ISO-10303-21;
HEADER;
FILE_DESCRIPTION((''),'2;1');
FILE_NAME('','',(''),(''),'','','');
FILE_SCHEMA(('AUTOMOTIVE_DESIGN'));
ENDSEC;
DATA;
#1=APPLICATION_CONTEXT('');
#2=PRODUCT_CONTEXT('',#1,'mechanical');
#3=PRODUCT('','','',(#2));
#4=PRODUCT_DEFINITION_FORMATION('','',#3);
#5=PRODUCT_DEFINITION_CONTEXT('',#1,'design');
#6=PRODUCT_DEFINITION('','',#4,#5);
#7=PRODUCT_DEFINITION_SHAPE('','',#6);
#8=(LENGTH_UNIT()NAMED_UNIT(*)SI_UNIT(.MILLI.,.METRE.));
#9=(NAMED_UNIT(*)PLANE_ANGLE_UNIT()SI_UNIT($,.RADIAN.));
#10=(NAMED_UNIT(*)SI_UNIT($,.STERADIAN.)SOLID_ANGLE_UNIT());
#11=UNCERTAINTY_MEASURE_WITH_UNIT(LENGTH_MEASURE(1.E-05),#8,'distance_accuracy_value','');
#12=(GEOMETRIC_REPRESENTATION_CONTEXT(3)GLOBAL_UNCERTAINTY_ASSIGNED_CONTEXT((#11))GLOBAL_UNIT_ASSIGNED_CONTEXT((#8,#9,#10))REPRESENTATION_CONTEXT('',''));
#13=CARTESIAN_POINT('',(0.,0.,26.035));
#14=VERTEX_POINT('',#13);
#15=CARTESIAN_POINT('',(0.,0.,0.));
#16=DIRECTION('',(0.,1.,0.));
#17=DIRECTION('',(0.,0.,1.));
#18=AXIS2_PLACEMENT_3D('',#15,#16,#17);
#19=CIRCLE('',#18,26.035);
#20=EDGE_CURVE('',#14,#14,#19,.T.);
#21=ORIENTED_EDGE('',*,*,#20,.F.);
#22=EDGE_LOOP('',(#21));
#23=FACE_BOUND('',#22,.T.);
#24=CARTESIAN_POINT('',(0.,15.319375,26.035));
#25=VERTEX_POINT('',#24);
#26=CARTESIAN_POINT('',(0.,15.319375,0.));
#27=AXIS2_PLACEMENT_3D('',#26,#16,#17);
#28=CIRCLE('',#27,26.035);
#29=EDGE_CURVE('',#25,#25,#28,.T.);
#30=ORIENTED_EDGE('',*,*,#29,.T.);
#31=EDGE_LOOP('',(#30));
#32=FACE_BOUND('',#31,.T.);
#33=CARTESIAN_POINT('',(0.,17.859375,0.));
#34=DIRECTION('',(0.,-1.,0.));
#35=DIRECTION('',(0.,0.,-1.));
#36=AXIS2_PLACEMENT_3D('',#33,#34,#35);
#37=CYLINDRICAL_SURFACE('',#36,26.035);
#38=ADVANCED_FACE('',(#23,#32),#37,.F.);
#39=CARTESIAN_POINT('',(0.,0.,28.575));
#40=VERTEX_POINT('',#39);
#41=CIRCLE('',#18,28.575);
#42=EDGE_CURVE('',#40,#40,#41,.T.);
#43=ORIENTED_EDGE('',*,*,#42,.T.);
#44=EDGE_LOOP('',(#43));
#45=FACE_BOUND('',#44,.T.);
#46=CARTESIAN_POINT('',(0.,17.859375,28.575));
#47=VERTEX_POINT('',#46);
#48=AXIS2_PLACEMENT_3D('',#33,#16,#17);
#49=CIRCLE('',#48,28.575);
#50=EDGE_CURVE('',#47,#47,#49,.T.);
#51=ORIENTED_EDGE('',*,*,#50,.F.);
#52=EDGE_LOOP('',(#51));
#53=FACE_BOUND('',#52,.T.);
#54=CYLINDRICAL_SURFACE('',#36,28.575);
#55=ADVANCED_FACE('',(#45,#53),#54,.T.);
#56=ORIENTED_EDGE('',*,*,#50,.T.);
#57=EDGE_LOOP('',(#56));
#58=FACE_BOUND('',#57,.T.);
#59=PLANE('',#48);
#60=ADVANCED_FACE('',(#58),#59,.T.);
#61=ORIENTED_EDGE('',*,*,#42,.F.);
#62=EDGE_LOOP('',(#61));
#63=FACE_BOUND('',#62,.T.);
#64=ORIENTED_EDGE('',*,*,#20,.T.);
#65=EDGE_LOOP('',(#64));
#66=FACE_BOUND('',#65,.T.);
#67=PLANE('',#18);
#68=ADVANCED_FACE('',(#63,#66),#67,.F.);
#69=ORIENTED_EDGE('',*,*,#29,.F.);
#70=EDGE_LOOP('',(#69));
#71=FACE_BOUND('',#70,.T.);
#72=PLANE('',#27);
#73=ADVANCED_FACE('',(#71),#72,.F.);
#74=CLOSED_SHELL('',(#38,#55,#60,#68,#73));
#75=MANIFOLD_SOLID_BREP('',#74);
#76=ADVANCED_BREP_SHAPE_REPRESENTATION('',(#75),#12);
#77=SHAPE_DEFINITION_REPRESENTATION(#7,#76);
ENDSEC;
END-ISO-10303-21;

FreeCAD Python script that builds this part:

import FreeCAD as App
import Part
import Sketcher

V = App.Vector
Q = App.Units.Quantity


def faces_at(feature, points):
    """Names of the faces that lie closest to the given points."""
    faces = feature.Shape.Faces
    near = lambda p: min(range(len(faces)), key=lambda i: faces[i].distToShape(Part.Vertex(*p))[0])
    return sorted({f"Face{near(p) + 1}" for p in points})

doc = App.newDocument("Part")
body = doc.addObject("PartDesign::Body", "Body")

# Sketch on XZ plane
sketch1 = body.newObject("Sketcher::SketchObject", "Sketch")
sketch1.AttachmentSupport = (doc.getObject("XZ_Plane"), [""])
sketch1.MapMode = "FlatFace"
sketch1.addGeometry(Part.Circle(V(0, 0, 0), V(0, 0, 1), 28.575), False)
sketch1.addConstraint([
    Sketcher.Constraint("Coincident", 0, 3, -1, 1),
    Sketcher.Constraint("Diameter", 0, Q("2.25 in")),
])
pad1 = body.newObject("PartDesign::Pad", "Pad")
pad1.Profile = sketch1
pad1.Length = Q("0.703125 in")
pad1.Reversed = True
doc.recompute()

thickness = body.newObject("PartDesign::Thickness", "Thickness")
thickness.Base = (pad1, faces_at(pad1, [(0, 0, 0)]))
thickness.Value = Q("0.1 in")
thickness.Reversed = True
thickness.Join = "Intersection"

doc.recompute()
○ ○ ○ ○
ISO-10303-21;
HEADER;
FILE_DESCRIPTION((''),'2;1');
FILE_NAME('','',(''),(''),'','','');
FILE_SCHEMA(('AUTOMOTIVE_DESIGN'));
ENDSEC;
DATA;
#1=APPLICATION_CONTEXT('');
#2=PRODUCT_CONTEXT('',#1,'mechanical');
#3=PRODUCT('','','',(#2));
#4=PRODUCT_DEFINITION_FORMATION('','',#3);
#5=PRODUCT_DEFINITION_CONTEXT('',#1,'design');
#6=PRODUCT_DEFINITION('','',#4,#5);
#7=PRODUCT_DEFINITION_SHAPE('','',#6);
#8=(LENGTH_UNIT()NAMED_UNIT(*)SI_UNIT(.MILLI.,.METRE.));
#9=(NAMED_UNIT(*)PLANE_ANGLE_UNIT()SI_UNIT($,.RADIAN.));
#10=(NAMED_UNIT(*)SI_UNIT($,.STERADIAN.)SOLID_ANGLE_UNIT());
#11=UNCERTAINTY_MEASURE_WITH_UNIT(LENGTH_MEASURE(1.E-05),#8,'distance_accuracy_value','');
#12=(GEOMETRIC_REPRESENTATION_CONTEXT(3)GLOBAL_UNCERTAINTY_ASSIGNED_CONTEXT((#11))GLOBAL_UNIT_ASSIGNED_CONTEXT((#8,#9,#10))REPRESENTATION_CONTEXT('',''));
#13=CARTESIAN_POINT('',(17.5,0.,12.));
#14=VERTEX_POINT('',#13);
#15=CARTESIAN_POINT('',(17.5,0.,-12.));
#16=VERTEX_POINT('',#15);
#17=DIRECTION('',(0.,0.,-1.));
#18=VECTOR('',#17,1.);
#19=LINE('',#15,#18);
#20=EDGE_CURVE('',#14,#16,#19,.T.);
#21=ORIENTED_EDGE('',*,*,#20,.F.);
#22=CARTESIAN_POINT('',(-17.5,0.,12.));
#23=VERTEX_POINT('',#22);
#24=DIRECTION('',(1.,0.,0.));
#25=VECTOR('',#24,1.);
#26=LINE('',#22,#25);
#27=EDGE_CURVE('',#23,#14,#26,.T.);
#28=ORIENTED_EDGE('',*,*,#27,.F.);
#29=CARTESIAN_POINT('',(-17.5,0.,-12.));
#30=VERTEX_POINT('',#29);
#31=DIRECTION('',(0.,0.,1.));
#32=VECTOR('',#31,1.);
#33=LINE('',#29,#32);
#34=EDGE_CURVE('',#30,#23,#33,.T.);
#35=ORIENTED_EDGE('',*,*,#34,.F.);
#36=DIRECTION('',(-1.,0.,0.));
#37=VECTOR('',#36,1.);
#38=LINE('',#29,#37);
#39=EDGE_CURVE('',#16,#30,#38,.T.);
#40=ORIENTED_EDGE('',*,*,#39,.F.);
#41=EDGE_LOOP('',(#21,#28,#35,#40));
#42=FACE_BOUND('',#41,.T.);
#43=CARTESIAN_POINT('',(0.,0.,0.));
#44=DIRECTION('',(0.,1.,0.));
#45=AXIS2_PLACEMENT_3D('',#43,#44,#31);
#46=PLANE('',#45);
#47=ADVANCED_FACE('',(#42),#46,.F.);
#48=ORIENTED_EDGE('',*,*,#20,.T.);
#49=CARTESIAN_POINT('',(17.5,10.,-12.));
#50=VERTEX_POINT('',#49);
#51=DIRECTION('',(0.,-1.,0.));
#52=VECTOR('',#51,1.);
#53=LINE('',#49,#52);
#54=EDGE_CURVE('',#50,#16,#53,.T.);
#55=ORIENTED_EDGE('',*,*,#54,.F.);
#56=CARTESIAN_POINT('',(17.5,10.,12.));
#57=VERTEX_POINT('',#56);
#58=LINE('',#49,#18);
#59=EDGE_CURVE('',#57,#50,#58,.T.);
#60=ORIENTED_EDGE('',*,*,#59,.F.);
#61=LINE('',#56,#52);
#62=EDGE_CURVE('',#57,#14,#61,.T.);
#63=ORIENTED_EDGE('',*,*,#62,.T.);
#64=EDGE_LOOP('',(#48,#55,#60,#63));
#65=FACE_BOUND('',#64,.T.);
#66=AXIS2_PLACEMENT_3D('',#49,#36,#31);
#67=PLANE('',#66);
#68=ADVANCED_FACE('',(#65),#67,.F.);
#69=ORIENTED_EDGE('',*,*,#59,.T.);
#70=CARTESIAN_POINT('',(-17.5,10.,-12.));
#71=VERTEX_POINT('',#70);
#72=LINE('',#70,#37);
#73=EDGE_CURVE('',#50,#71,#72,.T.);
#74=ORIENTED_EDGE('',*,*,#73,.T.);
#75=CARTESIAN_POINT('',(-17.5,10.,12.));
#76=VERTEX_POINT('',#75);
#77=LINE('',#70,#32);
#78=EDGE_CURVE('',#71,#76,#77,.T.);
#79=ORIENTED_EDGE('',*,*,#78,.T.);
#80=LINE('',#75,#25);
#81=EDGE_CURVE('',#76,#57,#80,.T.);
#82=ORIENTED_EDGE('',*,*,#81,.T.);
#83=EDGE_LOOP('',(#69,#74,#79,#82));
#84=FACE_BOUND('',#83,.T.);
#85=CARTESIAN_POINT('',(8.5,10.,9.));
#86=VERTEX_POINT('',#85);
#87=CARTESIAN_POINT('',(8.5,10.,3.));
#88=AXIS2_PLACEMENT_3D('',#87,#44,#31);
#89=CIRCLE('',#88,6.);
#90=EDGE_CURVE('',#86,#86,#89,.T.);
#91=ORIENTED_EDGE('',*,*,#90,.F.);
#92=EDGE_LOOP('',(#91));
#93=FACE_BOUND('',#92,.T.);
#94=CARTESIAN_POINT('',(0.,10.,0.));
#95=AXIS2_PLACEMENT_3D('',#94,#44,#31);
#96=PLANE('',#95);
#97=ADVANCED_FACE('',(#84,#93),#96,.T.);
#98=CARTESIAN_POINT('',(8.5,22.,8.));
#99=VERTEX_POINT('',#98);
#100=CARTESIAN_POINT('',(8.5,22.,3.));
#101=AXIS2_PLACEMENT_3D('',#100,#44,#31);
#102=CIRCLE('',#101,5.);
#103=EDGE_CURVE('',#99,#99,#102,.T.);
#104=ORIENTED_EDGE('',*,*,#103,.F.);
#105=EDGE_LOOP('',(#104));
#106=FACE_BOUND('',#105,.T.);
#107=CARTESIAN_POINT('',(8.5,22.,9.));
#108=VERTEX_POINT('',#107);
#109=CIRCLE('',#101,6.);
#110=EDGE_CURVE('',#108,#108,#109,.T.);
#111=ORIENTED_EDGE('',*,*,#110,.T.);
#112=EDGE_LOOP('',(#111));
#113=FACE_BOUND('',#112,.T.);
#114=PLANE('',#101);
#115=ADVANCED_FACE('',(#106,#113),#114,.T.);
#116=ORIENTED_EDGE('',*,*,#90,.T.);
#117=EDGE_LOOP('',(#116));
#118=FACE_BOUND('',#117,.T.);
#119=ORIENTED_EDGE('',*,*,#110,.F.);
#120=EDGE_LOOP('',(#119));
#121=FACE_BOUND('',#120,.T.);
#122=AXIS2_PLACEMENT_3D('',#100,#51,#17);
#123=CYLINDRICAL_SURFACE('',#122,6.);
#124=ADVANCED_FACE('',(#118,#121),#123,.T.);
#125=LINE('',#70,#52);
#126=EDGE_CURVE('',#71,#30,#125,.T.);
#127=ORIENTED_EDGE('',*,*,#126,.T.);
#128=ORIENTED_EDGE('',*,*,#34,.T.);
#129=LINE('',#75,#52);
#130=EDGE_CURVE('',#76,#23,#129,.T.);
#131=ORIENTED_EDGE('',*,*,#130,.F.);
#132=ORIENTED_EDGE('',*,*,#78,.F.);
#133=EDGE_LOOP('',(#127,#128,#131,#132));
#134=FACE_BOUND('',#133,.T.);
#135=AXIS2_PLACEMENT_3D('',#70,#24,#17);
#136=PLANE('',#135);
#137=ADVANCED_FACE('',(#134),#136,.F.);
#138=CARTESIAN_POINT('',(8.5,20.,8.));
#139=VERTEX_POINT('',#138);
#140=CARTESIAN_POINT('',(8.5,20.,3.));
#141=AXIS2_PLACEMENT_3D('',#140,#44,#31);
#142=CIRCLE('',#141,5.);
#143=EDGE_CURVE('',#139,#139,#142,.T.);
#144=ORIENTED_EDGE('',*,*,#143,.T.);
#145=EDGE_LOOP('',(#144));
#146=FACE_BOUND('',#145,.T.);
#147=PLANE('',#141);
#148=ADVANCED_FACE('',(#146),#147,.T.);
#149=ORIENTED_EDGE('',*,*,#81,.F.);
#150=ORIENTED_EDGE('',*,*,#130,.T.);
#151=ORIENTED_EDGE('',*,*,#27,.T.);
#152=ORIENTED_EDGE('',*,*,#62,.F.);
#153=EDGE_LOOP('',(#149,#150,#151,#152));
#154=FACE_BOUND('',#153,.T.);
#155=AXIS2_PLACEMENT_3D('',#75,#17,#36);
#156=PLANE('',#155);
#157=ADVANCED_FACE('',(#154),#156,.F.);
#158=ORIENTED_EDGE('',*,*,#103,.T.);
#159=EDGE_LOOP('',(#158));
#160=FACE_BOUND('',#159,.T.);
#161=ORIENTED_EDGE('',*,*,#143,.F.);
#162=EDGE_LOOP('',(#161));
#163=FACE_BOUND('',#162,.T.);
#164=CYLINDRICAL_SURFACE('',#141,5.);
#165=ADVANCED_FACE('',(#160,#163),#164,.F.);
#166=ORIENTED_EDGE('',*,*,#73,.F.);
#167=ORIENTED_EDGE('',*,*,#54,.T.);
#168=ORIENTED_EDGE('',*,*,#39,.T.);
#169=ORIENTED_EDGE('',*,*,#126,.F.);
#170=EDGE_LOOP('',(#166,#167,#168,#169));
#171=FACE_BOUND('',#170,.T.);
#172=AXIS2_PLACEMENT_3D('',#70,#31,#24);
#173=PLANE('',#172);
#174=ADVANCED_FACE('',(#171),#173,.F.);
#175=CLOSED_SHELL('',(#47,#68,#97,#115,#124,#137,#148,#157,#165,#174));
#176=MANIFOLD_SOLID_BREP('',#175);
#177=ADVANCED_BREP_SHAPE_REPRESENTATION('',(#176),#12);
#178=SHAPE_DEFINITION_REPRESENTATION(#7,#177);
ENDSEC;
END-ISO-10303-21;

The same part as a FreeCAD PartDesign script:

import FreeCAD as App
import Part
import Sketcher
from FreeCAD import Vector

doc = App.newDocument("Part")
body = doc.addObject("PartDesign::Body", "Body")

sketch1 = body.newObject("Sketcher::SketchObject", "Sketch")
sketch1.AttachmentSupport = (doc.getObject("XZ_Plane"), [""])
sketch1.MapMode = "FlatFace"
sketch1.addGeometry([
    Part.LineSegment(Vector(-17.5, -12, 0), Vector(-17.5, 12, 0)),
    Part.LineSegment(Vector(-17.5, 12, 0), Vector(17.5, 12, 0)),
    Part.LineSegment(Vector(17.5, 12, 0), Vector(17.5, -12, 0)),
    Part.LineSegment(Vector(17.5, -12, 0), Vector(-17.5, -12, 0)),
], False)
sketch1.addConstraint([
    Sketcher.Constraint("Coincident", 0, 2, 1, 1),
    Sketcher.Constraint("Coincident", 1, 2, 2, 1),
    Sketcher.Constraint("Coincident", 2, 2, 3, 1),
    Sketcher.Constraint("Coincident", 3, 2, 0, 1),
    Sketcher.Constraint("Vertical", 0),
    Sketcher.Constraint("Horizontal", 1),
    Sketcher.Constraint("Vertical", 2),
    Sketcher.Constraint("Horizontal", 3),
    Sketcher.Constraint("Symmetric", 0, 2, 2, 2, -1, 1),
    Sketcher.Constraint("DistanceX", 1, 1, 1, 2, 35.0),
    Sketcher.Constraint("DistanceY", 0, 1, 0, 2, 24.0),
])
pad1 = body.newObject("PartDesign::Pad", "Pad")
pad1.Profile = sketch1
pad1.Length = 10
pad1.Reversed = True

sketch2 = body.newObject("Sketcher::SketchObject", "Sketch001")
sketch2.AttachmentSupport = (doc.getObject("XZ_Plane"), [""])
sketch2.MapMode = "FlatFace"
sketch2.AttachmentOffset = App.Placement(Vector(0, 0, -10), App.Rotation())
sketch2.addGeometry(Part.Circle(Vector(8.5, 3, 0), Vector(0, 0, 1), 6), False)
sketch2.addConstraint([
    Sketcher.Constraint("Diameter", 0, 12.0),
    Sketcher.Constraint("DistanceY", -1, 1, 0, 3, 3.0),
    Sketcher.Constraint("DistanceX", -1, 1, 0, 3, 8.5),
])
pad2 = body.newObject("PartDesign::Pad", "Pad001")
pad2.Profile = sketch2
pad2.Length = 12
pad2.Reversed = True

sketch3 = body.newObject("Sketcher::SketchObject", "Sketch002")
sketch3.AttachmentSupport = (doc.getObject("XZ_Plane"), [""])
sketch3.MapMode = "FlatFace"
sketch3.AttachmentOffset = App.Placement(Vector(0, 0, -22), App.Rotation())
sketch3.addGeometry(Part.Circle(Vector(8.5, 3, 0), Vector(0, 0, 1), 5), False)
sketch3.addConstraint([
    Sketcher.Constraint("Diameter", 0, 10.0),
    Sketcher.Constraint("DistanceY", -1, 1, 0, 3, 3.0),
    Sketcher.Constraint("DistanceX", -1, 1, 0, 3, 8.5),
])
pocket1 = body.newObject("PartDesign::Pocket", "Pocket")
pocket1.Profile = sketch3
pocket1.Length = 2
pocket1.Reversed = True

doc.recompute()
○ ○ ○ ○
*Exercise details*
When you reach the line containing "#142=CIRCLE('',#141,5.);" in the data above, start copying exactly, and stop after the line containing "#159=EDGE_LOOP('',(#158));".

*Answer box*
#142=CIRCLE('',#141,5.);
#143=EDGE_CURVE('',#139,#139,#142,.T.);
#144=ORIENTED_EDGE('',*,*,#143,.T.);
#145=EDGE_LOOP('',(#144));
#146=FACE_BOUND('',#145,.T.);
#147=PLANE('',#141);
#148=ADVANCED_FACE('',(#146),#147,.T.);
#149=ORIENTED_EDGE('',*,*,#81,.F.);
#150=ORIENTED_EDGE('',*,*,#130,.T.);
#151=ORIENTED_EDGE('',*,*,#27,.T.);
#152=ORIENTED_EDGE('',*,*,#62,.F.);
#153=EDGE_LOOP('',(#149,#150,#151,#152));
#154=FACE_BOUND('',#153,.T.);
#155=AXIS2_PLACEMENT_3D('',#75,#17,#36);
#156=PLANE('',#155);
#157=ADVANCED_FACE('',(#154),#156,.F.);
#158=ORIENTED_EDGE('',*,*,#103,.T.);
#159=EDGE_LOOP('',(#158));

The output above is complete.